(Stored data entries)
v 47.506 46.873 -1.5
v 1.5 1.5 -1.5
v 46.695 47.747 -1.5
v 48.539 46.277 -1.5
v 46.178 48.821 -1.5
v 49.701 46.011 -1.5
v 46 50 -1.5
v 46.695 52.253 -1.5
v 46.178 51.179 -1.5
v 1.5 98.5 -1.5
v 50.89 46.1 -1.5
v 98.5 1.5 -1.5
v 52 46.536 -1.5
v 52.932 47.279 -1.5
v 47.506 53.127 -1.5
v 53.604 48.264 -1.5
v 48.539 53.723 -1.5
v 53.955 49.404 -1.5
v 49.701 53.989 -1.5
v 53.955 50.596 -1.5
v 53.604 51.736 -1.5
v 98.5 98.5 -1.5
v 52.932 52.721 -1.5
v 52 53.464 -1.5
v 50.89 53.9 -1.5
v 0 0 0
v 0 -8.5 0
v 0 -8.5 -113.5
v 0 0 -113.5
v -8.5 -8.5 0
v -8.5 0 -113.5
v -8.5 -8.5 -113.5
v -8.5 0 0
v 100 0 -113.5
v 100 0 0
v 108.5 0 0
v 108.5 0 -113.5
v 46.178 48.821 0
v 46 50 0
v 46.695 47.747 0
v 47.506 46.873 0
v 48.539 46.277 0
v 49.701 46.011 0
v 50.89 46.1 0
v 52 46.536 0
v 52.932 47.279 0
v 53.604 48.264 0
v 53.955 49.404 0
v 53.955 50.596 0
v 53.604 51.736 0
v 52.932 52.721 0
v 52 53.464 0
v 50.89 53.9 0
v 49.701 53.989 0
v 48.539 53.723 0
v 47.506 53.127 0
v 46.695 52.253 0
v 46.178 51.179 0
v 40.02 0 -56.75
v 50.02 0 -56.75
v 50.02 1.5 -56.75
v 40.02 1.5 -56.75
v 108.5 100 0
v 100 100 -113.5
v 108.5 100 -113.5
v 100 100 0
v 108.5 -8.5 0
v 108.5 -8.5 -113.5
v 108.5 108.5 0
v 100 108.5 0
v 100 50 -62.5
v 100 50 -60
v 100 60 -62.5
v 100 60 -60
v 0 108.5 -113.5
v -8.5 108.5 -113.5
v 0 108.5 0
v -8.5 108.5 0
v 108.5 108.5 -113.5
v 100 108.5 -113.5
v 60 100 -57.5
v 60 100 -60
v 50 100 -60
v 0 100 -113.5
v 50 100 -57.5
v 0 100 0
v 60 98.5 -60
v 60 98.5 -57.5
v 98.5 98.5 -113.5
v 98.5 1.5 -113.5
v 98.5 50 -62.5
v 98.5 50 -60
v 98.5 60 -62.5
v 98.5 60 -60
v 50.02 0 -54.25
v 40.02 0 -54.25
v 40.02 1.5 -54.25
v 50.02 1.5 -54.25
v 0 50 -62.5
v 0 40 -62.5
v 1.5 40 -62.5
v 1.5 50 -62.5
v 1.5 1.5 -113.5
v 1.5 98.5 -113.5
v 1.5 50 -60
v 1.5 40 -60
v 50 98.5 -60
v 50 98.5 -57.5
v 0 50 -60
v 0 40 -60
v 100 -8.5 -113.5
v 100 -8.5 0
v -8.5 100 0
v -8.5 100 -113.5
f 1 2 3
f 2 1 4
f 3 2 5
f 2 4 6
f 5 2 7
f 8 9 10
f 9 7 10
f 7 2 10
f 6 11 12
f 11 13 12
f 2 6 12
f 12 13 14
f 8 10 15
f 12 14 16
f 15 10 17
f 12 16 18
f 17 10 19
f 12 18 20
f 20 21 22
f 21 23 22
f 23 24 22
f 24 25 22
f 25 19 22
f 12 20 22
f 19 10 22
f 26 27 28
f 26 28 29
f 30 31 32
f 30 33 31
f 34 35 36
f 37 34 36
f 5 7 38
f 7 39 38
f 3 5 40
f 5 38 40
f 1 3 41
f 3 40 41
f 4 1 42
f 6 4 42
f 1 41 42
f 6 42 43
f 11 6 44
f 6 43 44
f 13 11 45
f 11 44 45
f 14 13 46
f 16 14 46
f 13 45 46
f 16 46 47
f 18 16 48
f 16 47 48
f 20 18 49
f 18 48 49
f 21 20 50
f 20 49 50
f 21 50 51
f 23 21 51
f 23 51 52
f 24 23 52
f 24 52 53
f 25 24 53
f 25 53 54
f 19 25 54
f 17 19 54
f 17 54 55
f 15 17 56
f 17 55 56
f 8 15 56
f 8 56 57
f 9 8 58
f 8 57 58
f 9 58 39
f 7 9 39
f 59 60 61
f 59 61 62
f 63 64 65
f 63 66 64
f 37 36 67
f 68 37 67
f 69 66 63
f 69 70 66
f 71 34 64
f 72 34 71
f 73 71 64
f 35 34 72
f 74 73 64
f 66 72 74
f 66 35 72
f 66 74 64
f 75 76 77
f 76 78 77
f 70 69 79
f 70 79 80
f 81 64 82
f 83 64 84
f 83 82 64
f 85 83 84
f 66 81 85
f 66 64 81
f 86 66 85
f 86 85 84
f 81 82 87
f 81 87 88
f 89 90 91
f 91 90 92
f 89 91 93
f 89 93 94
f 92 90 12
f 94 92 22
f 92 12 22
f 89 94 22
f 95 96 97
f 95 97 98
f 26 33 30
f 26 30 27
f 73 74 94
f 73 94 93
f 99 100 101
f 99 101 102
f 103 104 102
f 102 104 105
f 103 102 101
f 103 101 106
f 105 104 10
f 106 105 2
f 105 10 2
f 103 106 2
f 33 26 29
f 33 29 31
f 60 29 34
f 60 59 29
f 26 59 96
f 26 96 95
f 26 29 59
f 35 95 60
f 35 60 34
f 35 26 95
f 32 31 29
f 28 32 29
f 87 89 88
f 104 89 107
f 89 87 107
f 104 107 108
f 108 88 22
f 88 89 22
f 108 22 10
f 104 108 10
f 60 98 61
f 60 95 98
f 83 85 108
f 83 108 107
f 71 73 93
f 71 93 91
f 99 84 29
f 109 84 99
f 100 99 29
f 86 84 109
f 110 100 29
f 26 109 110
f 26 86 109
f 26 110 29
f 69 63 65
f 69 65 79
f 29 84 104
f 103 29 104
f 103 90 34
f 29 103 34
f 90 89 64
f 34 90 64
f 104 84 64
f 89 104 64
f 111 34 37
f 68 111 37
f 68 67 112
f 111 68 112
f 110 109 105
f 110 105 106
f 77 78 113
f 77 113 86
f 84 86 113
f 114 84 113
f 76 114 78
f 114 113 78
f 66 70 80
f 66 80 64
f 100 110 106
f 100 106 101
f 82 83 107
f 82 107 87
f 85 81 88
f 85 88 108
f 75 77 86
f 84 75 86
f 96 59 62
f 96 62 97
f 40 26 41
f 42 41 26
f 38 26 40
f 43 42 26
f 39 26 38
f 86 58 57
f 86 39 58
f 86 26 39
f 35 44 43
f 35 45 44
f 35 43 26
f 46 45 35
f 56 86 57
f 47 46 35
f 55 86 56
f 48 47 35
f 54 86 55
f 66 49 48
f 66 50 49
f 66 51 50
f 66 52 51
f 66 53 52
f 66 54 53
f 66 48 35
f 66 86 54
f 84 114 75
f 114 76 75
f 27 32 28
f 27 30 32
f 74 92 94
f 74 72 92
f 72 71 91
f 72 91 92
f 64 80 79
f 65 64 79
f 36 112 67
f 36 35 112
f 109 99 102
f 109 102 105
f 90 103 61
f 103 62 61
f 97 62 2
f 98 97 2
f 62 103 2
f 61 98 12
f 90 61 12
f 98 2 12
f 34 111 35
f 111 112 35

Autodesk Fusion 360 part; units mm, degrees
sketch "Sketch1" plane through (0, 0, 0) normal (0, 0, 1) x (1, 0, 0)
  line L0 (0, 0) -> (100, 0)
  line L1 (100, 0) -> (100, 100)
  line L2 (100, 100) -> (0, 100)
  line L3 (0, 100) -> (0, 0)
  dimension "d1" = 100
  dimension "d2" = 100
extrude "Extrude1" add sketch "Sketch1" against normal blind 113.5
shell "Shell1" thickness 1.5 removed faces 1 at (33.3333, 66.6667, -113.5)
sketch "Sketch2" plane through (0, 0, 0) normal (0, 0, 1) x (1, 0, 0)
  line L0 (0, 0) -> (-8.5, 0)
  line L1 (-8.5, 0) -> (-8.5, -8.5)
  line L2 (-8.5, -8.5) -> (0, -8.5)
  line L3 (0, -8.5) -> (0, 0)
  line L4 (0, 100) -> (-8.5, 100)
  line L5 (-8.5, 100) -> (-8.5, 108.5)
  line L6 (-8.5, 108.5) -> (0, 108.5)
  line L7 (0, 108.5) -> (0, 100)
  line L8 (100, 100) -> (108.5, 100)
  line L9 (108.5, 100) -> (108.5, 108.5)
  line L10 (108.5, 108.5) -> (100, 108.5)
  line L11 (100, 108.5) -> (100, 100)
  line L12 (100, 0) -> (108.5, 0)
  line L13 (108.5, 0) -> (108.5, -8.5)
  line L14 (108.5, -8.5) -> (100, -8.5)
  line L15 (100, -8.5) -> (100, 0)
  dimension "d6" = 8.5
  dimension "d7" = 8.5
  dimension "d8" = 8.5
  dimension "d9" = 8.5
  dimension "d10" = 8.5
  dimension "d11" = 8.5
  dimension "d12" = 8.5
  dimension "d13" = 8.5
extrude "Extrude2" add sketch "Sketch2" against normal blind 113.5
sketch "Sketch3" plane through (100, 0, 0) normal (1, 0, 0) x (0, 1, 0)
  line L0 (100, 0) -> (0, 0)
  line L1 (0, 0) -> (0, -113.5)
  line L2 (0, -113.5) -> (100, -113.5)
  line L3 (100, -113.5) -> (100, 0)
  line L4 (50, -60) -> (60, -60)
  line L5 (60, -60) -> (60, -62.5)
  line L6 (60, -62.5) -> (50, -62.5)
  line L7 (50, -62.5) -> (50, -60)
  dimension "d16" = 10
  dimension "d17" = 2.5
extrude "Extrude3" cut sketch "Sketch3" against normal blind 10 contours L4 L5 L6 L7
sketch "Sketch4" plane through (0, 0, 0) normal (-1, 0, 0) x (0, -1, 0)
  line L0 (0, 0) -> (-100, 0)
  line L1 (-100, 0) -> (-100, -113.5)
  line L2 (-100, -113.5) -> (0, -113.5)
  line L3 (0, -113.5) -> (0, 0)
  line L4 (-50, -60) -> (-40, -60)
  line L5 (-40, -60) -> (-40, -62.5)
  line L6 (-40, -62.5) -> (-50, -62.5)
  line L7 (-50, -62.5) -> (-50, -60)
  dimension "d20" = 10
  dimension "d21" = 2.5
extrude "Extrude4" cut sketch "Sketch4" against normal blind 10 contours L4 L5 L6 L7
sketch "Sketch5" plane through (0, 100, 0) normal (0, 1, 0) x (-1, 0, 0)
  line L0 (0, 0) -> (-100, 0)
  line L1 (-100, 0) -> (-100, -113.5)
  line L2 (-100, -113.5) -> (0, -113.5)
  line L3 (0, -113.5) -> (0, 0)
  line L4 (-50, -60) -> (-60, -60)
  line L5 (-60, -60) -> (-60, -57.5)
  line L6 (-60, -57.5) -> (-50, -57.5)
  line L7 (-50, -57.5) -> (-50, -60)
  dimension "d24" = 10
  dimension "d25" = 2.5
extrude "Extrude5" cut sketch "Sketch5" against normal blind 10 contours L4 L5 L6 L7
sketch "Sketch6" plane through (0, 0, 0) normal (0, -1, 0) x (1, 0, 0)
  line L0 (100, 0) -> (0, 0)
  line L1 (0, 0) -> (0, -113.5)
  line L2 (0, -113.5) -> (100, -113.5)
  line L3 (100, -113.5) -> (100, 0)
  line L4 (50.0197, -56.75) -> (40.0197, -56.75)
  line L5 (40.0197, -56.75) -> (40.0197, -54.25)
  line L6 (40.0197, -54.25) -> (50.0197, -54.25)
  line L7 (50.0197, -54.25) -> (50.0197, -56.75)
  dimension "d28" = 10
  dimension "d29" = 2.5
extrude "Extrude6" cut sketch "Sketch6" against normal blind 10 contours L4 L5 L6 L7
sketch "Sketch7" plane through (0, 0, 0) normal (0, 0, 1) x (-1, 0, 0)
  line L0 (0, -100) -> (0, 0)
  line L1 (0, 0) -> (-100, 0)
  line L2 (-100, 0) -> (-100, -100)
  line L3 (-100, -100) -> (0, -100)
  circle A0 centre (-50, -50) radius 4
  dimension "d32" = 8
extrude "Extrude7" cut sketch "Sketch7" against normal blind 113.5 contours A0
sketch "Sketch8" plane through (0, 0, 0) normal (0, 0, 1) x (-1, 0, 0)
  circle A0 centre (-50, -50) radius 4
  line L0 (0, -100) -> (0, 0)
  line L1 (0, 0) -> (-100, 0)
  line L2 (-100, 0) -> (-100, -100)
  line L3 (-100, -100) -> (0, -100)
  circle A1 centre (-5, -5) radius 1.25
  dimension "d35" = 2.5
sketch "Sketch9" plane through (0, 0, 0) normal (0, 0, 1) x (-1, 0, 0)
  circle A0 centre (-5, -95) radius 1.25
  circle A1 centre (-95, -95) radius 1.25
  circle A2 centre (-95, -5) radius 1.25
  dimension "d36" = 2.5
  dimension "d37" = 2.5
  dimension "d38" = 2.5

**WHAT IS EXPECTED:** Will you return exactly the lines above from the one with "v 53.955 49.404 -1.5" down to the one with "v 108.5 0 -113.5", counting both as part of the range?

**RESULT OF THIS EXERCISE:**
v 53.955 49.404 -1.5
v 49.701 53.989 -1.5
v 53.955 50.596 -1.5
v 53.604 51.736 -1.5
v 98.5 98.5 -1.5
v 52.932 52.721 -1.5
v 52 53.464 -1.5
v 50.89 53.9 -1.5
v 0 0 0
v 0 -8.5 0
v 0 -8.5 -113.5
v 0 0 -113.5
v -8.5 -8.5 0
v -8.5 0 -113.5
v -8.5 -8.5 -113.5
v -8.5 0 0
v 100 0 -113.5
v 100 0 0
v 108.5 0 0
v 108.5 0 -113.5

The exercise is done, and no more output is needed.